Start of Recorded data
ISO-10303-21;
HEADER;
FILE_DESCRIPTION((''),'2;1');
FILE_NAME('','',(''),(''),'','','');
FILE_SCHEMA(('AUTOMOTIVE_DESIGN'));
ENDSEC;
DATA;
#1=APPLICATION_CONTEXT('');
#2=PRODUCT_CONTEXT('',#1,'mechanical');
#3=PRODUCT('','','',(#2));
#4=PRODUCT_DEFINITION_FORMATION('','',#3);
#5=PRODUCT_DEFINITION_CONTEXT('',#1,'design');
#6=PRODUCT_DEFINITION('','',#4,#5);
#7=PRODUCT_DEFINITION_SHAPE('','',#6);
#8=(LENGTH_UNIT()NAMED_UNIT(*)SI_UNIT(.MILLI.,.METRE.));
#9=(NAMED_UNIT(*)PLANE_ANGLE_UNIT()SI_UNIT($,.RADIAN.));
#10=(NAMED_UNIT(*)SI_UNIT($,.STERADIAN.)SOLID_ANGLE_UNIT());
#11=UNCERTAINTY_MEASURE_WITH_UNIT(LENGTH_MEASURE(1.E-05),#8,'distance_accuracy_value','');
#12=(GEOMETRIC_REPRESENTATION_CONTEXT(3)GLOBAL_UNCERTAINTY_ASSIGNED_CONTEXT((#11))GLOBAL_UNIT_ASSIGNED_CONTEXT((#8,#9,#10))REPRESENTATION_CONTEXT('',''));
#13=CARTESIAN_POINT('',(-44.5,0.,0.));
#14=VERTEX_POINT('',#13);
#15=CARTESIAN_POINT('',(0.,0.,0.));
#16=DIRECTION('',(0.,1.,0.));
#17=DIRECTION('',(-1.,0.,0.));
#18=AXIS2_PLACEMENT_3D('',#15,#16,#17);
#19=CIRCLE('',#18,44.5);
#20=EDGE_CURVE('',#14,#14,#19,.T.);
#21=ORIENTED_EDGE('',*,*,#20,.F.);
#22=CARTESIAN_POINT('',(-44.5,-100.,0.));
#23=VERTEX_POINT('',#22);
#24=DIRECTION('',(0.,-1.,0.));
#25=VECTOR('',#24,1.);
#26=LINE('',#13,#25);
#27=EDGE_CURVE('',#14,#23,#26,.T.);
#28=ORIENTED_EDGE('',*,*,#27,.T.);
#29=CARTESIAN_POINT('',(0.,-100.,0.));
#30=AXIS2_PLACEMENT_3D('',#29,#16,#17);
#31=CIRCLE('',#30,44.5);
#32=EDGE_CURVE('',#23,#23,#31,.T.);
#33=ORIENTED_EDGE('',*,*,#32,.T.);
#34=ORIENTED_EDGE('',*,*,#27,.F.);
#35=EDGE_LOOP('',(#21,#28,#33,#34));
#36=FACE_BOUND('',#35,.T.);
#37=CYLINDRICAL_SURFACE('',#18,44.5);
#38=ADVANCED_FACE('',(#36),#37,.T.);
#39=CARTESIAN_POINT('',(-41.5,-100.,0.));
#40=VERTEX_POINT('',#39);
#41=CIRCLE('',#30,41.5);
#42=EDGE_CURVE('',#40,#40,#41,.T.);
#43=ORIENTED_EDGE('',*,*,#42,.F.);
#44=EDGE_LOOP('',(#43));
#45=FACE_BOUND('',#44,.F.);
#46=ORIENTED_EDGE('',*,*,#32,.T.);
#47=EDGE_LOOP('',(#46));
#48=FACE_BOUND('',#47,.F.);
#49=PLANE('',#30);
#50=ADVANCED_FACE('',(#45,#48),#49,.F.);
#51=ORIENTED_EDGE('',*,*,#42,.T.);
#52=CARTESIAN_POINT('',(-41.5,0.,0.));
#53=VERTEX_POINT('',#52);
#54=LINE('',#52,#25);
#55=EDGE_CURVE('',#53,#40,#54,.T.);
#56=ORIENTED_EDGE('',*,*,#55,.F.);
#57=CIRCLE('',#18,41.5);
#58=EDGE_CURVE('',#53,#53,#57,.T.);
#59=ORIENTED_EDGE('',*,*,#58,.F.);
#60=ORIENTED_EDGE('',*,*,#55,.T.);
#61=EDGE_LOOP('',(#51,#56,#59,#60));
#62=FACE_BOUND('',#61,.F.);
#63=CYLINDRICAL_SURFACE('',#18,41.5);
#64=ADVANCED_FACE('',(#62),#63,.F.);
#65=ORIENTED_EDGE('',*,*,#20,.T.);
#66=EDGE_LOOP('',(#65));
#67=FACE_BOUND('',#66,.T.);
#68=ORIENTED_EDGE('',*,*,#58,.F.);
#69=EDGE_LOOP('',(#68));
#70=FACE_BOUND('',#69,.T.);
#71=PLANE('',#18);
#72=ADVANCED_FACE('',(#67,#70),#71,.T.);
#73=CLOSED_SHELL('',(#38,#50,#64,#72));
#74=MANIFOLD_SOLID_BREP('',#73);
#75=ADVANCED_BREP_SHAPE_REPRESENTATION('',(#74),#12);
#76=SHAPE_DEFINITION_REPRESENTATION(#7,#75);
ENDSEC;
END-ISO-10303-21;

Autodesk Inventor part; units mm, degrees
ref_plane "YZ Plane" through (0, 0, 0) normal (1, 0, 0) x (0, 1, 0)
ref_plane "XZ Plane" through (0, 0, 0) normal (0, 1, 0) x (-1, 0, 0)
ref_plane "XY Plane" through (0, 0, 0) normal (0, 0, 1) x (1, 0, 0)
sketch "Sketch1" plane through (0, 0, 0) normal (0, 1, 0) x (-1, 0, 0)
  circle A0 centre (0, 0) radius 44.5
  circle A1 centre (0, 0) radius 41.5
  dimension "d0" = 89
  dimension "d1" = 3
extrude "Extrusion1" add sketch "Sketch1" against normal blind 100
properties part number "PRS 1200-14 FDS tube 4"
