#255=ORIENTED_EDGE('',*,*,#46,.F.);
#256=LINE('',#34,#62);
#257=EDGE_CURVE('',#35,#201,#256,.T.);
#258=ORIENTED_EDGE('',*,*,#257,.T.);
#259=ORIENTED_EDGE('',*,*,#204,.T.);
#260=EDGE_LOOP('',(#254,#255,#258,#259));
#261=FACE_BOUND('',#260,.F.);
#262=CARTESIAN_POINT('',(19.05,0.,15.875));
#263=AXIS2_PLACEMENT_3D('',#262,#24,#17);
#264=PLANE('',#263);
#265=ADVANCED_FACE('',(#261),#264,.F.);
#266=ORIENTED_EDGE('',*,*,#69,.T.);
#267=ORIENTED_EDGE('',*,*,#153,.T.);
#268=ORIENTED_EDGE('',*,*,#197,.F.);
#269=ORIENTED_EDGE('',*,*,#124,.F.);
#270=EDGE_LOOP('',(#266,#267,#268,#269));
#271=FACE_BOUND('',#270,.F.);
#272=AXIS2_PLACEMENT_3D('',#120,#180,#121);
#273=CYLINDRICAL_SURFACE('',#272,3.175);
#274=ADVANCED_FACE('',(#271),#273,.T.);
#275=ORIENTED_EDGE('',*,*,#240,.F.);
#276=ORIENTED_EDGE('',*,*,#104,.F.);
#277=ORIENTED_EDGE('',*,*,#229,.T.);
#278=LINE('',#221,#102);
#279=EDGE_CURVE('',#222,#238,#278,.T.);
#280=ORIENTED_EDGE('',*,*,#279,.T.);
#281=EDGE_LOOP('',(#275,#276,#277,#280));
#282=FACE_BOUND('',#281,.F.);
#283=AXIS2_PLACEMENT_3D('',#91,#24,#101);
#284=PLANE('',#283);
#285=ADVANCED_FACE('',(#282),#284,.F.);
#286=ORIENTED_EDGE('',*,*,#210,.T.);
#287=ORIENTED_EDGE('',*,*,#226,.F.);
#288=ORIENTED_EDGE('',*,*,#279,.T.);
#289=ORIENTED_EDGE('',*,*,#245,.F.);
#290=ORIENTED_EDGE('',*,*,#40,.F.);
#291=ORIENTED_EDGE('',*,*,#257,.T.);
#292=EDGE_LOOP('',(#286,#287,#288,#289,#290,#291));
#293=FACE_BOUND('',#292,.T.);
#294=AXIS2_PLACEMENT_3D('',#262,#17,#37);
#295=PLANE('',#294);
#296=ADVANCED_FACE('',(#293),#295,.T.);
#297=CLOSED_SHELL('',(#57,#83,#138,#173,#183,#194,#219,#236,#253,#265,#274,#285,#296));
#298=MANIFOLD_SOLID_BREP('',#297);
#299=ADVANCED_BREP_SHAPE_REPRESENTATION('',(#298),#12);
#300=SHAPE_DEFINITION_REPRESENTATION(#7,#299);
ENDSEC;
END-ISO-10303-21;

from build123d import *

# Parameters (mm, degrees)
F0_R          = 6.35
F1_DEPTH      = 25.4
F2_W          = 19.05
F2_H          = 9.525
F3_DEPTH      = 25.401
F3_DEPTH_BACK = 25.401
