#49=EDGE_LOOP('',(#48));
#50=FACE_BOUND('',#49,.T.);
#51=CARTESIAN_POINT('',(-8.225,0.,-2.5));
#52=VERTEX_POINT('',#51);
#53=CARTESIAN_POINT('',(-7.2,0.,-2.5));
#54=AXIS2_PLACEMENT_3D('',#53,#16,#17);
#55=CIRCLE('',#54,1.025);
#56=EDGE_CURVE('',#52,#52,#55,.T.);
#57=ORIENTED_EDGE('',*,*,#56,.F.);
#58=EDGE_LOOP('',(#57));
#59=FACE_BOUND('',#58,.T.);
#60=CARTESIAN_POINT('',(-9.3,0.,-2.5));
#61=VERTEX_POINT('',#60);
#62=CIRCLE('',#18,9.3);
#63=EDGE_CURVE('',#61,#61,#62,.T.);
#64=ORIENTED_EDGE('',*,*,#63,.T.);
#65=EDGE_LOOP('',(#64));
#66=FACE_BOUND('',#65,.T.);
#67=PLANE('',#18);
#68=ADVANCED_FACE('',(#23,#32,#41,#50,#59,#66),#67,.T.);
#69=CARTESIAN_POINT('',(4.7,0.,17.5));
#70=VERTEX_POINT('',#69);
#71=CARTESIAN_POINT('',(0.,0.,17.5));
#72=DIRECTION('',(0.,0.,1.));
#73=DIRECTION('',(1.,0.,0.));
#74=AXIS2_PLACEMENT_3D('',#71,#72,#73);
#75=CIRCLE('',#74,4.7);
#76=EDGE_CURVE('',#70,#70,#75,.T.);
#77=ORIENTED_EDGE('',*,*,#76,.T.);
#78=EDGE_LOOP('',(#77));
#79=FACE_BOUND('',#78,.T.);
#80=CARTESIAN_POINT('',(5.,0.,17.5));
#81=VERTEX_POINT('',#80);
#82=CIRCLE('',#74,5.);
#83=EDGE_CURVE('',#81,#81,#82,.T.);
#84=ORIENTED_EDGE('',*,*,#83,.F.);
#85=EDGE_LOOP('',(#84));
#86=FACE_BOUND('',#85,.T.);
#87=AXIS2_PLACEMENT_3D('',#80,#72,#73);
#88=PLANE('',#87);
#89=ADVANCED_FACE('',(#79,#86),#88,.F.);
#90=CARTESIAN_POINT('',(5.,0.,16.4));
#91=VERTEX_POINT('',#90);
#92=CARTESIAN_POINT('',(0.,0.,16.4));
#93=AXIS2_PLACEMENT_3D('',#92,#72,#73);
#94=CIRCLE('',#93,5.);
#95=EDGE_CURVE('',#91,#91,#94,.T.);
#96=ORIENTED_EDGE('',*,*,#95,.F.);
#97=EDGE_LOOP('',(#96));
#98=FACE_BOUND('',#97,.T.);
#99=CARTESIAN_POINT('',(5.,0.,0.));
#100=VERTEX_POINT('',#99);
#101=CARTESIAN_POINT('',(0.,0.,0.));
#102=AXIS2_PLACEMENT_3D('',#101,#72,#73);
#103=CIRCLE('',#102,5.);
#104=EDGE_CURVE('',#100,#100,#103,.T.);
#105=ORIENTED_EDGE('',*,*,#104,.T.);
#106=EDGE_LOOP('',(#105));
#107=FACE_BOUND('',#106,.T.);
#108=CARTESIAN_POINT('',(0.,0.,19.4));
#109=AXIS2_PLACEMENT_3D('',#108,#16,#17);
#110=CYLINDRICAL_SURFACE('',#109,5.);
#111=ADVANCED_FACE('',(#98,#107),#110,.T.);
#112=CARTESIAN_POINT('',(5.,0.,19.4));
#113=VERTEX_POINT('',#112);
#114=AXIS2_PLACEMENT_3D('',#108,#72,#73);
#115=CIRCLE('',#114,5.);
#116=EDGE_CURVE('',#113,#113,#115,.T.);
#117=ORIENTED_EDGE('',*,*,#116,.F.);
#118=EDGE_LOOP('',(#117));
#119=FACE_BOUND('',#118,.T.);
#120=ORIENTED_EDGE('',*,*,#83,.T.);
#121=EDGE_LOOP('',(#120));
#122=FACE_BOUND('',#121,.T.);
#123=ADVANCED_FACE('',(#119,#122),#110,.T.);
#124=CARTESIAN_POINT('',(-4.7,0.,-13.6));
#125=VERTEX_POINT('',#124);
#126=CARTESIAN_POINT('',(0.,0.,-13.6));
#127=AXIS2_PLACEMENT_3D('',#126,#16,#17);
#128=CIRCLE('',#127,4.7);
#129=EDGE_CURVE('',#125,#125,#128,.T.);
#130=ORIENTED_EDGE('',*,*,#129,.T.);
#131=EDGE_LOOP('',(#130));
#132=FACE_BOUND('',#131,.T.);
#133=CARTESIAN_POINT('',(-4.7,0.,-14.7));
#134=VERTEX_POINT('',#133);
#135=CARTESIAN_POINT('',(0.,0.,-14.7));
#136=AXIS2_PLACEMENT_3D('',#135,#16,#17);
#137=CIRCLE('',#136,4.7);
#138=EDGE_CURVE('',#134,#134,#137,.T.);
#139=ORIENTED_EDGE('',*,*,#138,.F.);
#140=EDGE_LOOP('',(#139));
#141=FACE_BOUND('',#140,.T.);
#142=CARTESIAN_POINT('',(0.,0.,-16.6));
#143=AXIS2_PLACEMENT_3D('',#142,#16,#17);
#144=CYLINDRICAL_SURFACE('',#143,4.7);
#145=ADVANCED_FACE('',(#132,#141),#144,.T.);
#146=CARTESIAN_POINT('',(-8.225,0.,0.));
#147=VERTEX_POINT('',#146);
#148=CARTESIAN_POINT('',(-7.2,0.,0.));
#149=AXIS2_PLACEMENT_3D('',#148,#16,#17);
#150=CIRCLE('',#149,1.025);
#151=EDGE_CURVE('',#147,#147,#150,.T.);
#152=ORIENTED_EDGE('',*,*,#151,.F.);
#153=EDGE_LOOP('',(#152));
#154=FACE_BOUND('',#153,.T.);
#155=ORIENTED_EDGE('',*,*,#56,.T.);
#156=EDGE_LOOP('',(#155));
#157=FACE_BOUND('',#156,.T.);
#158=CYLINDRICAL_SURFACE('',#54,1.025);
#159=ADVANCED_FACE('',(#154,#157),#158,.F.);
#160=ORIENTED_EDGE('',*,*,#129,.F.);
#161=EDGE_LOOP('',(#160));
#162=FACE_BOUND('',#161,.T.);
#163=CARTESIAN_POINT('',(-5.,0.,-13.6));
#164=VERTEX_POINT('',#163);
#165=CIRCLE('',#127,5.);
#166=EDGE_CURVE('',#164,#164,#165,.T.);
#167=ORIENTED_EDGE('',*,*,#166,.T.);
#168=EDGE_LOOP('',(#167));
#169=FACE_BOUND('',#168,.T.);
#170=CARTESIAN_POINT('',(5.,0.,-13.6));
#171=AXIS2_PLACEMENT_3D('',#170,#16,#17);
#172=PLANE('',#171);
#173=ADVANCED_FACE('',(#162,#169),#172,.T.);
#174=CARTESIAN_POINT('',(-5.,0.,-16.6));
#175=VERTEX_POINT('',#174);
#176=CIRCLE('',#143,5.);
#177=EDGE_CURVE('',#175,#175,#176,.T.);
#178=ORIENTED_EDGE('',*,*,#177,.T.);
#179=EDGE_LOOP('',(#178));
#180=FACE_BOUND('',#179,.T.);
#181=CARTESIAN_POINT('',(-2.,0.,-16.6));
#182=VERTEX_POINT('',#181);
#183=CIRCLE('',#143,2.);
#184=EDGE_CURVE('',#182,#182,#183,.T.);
End of Recorded data
### Activity
Please return the lines above that run from the line containing "#101=CARTESIAN_POINT('',(0.,0.,0.));" to the line containing "#108=CARTESIAN_POINT('',(0.,0.,19.4));", inclusive, exactly and with no other lines.

### Task solution
#101=CARTESIAN_POINT('',(0.,0.,0.));
#102=AXIS2_PLACEMENT_3D('',#101,#72,#73);
#103=CIRCLE('',#102,5.);
#104=EDGE_CURVE('',#100,#100,#103,.T.);
#105=ORIENTED_EDGE('',*,*,#104,.T.);
#106=EDGE_LOOP('',(#105));
#107=FACE_BOUND('',#106,.T.);
#108=CARTESIAN_POINT('',(0.,0.,19.4));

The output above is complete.